DEARBORN —At 7 a.m. on Thursday, March 30, Department of Homeland Security (DHS) agents detained an Iranian Schoolcraft College student at his apartment in Dearborn.
According to his roommate, the student, Mohammad Salar Fard-Hajian, 24, holds a valid student visa and has been living in the U.S. for three years.
Police said he was housed overnight in a cell at the Dearborn Police Station and then taken away by U.S. Immigration and Customs Enforcement (ICE) agents on Friday, March 31.
At the time, Dearborn police said they know nothing about the case or where ICE took him.
However, Fard-Hajian later called his roommate, Shayan Shafiei, from Calhoun County Jail in Battle Creek.
Shafiei visited his friend on Tuesday. On Wednesday, he told The AANews that Fard-Hajian is in the main section, no longer in the processing area.
He added that Susan Reed, an attorney with the Michigan Immigration Rights Center, took over his case. The ACLU is also taking action.
But no officials were available to comment.
Shafiei said they still don’t know the reason for Fard-Hajian’s detainment.
“He’s been in jail for six days,” he said. “And no one told him why.”
Shafiei said his counselor from Schoolcraft College called him and said that an ICE agent called her a week before Fard-Hajian’s detainment.
“The agent said that Salar’s case has come on his table,” he said.
On April 5, The National Iranian American Council released a statement addressing Fard-Hajian’s detainment.
“At least two Iranians are currently being held in custody by U.S. immigration authorities: Alia Ghandi and Mohammad Salar Fard-Hajian,” the statement read. “We implore authorities to ensure these individuals have ready access to legal counsel and insist they be promptly released from custody.”
Ghandi is an Iranian citizen who was visiting her sister on a tourist visa.

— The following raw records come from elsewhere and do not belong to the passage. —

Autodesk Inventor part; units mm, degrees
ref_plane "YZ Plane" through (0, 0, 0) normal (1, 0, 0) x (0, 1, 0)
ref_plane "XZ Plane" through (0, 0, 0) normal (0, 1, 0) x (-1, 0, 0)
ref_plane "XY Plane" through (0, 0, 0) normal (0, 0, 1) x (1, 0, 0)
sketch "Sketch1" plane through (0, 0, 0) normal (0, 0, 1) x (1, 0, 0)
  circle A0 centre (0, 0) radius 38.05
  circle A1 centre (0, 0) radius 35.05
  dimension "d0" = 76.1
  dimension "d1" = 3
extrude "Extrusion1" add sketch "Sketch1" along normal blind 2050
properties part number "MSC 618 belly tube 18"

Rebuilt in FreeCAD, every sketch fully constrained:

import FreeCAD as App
import Part
import Sketcher

doc = App.newDocument("Part")
body = doc.addObject("PartDesign::Body", "Body")

# Sketch on XY plane
sketch1 = body.newObject("Sketcher::SketchObject", "Sketch")
sketch1.AttachmentSupport = (doc.getObject("XY_Plane"), [""])
sketch1.MapMode = "FlatFace"
sketch1.addGeometry([
    Part.Circle(App.Vector(0, 0, 0), App.Vector(0, 0, 1), 38),
    Part.Circle(App.Vector(0, 0, 0), App.Vector(0, 0, 1), 35),
], False)
sketch1.addConstraint([
    Sketcher.Constraint("Coincident", 0, 3, -1, 1),
    Sketcher.Constraint("Coincident", 1, 3, -1, 1),
    Sketcher.Constraint("Diameter", 0, 76.1),
    Sketcher.Constraint("Diameter", 1, 70.1),
])
pad1 = body.newObject("PartDesign::Pad", "Pad")
pad1.Profile = sketch1
pad1.Length = 2050

doc.recompute()
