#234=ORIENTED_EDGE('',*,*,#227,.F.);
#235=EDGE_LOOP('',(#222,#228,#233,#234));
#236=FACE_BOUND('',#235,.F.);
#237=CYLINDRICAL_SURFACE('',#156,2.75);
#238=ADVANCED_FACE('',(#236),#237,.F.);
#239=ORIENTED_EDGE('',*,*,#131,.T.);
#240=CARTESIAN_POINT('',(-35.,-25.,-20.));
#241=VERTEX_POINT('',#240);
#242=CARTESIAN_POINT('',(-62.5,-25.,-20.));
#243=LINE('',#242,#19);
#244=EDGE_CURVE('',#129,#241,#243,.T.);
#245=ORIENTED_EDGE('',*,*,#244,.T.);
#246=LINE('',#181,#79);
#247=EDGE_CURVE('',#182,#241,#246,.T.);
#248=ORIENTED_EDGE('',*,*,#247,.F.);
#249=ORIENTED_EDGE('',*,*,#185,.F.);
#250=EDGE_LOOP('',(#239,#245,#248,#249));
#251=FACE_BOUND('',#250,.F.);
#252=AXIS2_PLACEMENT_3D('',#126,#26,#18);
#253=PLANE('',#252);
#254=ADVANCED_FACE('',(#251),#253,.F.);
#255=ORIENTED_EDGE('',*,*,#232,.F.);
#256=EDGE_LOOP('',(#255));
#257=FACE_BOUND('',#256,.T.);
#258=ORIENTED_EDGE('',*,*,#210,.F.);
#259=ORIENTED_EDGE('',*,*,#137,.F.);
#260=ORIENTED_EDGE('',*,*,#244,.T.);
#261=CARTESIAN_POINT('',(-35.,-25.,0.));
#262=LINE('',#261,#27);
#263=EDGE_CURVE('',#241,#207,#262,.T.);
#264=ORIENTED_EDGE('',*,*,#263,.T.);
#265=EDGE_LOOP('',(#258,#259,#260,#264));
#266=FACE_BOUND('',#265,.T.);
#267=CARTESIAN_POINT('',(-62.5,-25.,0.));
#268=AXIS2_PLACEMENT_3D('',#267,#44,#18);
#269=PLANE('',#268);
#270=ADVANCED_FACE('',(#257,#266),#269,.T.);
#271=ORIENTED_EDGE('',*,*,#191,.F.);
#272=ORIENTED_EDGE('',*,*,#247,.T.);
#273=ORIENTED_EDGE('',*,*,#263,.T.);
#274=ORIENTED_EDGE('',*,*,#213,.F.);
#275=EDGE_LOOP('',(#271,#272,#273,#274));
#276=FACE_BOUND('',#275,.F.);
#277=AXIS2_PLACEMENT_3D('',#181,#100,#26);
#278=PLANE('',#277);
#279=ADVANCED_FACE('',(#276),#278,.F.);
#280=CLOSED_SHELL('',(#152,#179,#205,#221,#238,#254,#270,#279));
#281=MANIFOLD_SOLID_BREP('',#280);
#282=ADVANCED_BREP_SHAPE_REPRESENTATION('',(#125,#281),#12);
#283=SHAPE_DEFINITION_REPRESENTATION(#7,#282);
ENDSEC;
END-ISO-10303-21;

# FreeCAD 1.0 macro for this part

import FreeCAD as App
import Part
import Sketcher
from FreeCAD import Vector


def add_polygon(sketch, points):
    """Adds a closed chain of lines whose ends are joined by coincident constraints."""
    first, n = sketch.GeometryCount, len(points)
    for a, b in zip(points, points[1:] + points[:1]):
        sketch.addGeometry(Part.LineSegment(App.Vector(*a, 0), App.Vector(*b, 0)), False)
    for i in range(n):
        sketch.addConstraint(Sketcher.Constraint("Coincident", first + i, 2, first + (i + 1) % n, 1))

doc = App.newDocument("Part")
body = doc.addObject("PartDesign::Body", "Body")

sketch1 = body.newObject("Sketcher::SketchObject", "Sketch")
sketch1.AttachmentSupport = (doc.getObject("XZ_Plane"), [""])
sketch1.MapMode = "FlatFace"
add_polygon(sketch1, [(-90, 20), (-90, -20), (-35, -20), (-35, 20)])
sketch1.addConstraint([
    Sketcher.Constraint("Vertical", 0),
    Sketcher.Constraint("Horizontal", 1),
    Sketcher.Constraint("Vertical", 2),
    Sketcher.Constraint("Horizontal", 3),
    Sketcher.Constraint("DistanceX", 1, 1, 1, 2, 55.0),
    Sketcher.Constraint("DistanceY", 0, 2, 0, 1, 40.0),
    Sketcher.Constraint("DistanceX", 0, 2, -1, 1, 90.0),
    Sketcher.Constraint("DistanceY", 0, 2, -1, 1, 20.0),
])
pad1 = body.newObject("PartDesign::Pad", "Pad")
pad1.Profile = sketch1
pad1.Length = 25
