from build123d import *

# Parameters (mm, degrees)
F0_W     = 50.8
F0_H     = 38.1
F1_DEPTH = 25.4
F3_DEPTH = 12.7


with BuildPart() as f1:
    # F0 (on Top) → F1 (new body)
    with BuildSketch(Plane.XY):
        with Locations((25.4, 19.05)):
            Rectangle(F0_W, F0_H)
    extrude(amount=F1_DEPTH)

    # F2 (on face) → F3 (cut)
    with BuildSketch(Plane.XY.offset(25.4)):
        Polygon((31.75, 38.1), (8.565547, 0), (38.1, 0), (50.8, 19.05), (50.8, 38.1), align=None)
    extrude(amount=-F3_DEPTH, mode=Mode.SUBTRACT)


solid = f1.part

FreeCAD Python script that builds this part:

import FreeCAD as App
import Part
import Sketcher
Q = App.Units.Quantity


def add_polygon(sketch, points):
    """Adds a closed chain of lines whose ends are joined by coincident constraints."""
    first, n = sketch.GeometryCount, len(points)
    for a, b in zip(points, points[1:] + points[:1]):
        sketch.addGeometry(Part.LineSegment(App.Vector(*a, 0), App.Vector(*b, 0)), False)
    for i in range(n):
        sketch.addConstraint(Sketcher.Constraint("Coincident", first + i, 2, first + (i + 1) % n, 1))

doc = App.newDocument("Part")
body = doc.addObject("PartDesign::Body", "Body")

sketch1 = body.newObject("Sketcher::SketchObject", "Sketch")
sketch1.AttachmentSupport = (doc.getObject("XY_Plane"), [""])
sketch1.MapMode = "FlatFace"
add_polygon(sketch1, [(0, 38), (0, 0), (51, 0), (51, 38)])
sketch1.addConstraint([
    Sketcher.Constraint("Vertical", 0),
    Sketcher.Constraint("Horizontal", 1),
    Sketcher.Constraint("Vertical", 2),
    Sketcher.Constraint("Horizontal", 3),
    Sketcher.Constraint("Coincident", 0, 2, -1, 1),
    Sketcher.Constraint("DistanceX", 1, 1, 1, 2, Q("2 in")),
    Sketcher.Constraint("DistanceY", 0, 2, 0, 1, Q("1.5 in")),
])
pad1 = body.newObject("PartDesign::Pad", "Pad")
pad1.Profile = sketch1
pad1.Length = Q("1 in")

sketch2 = body.newObject("Sketcher::SketchObject", "Sketch001")
sketch2.AttachmentSupport = (doc.getObject("XY_Plane"), [""])
sketch2.MapMode = "FlatFace"
sketch2.AttachmentOffset = App.Placement(App.Vector(0, 0, 1 * 25.4), App.Rotation())
add_polygon(sketch2, [(32, 38), (9, 0), (38, 0), (51, 19), (51, 38)])
sketch2.addConstraint([
    Sketcher.Constraint("Horizontal", 1),
    Sketcher.Constraint("Vertical", 3),
    Sketcher.Constraint("Horizontal", 4),
    Sketcher.Constraint("PointOnObject", 0, 2, -1),
    Sketcher.Constraint("Equal", 4, 3),
    Sketcher.Constraint("DistanceX", -1, 1, 2, 2, Q("2 in")),
    Sketcher.Constraint("DistanceX", 4, 2, 4, 1, Q("0.75 in")),
    Sketcher.Constraint("DistanceX", -1, 1, 1, 2, Q("1.5 in")),
    Sketcher.Constraint("DistanceY", -1, 1, 3, 2, Q("1.5 in")),
    Sketcher.Constraint("Distance", 0, Q("44.599651 mm")),
])
pocket1 = body.newObject("PartDesign::Pocket", "Pocket")
pocket1.Profile = sketch2
pocket1.Length = Q("0.5 in")

doc.recompute()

U.S. Immigration enforcement incarcerated her in an Oregon jail.
“It is impossible for us to simply write off all of these events as mere coincidence or misunderstanding in the current climate,” the statement said. “The recent spate of official policies and actions — beginning with President Trump’s first executive order to bar entry for Iranians and nationals of six other countries — are deeply troubling. Coupled with recent incidents of hate directed at Iranians and persons of Middle Eastern descent, including recent reports of graffiti targeting Iranians in Portland and San Francisco, a disturbing trend is emerging.”
At the time of Fard-Hajian’s detainment, the electrical engineering student woke up Shafiei to let him know they were taking him away.
“[He told me] ‘wake up, they’re taking me, they’re detaining me,'” Shafiei told The AANews.
Shafiei thought it was a joke until he heard agents outside his bedroom door. “They cuffed him with shackles… hands and feet,” he said.
Shafiei said Fard-Hajian told him over the phone that Dearborn police said he had to be apprehended because he didn’t update his address on his immigration form after moving from Oregon to Michigan. He said his friend studied in Oregon for one year, but decided to move to Michigan because he wanted to live around his acquaintances.
Fard-Hajian has been living in the state for two years.
“He’s been receiving immigration papers now in Michigan,” Shafiei said. “Therefore, it’s impossible that they did not have his current address.”
Shafiei then visited U.S. Citizen and Immigration Services to see what he can do to help his friend. An official told him he can’t do anything and that Fard-Hajian would be transferred to jail soon.
He said the official told him that Fard-Hajian has to wait for a judge to see his case, which could take from three weeks to a month.
“That’s crazy,” Shafiei told The AANews. “Imagine a person who has never been in a situation like this going to jail.”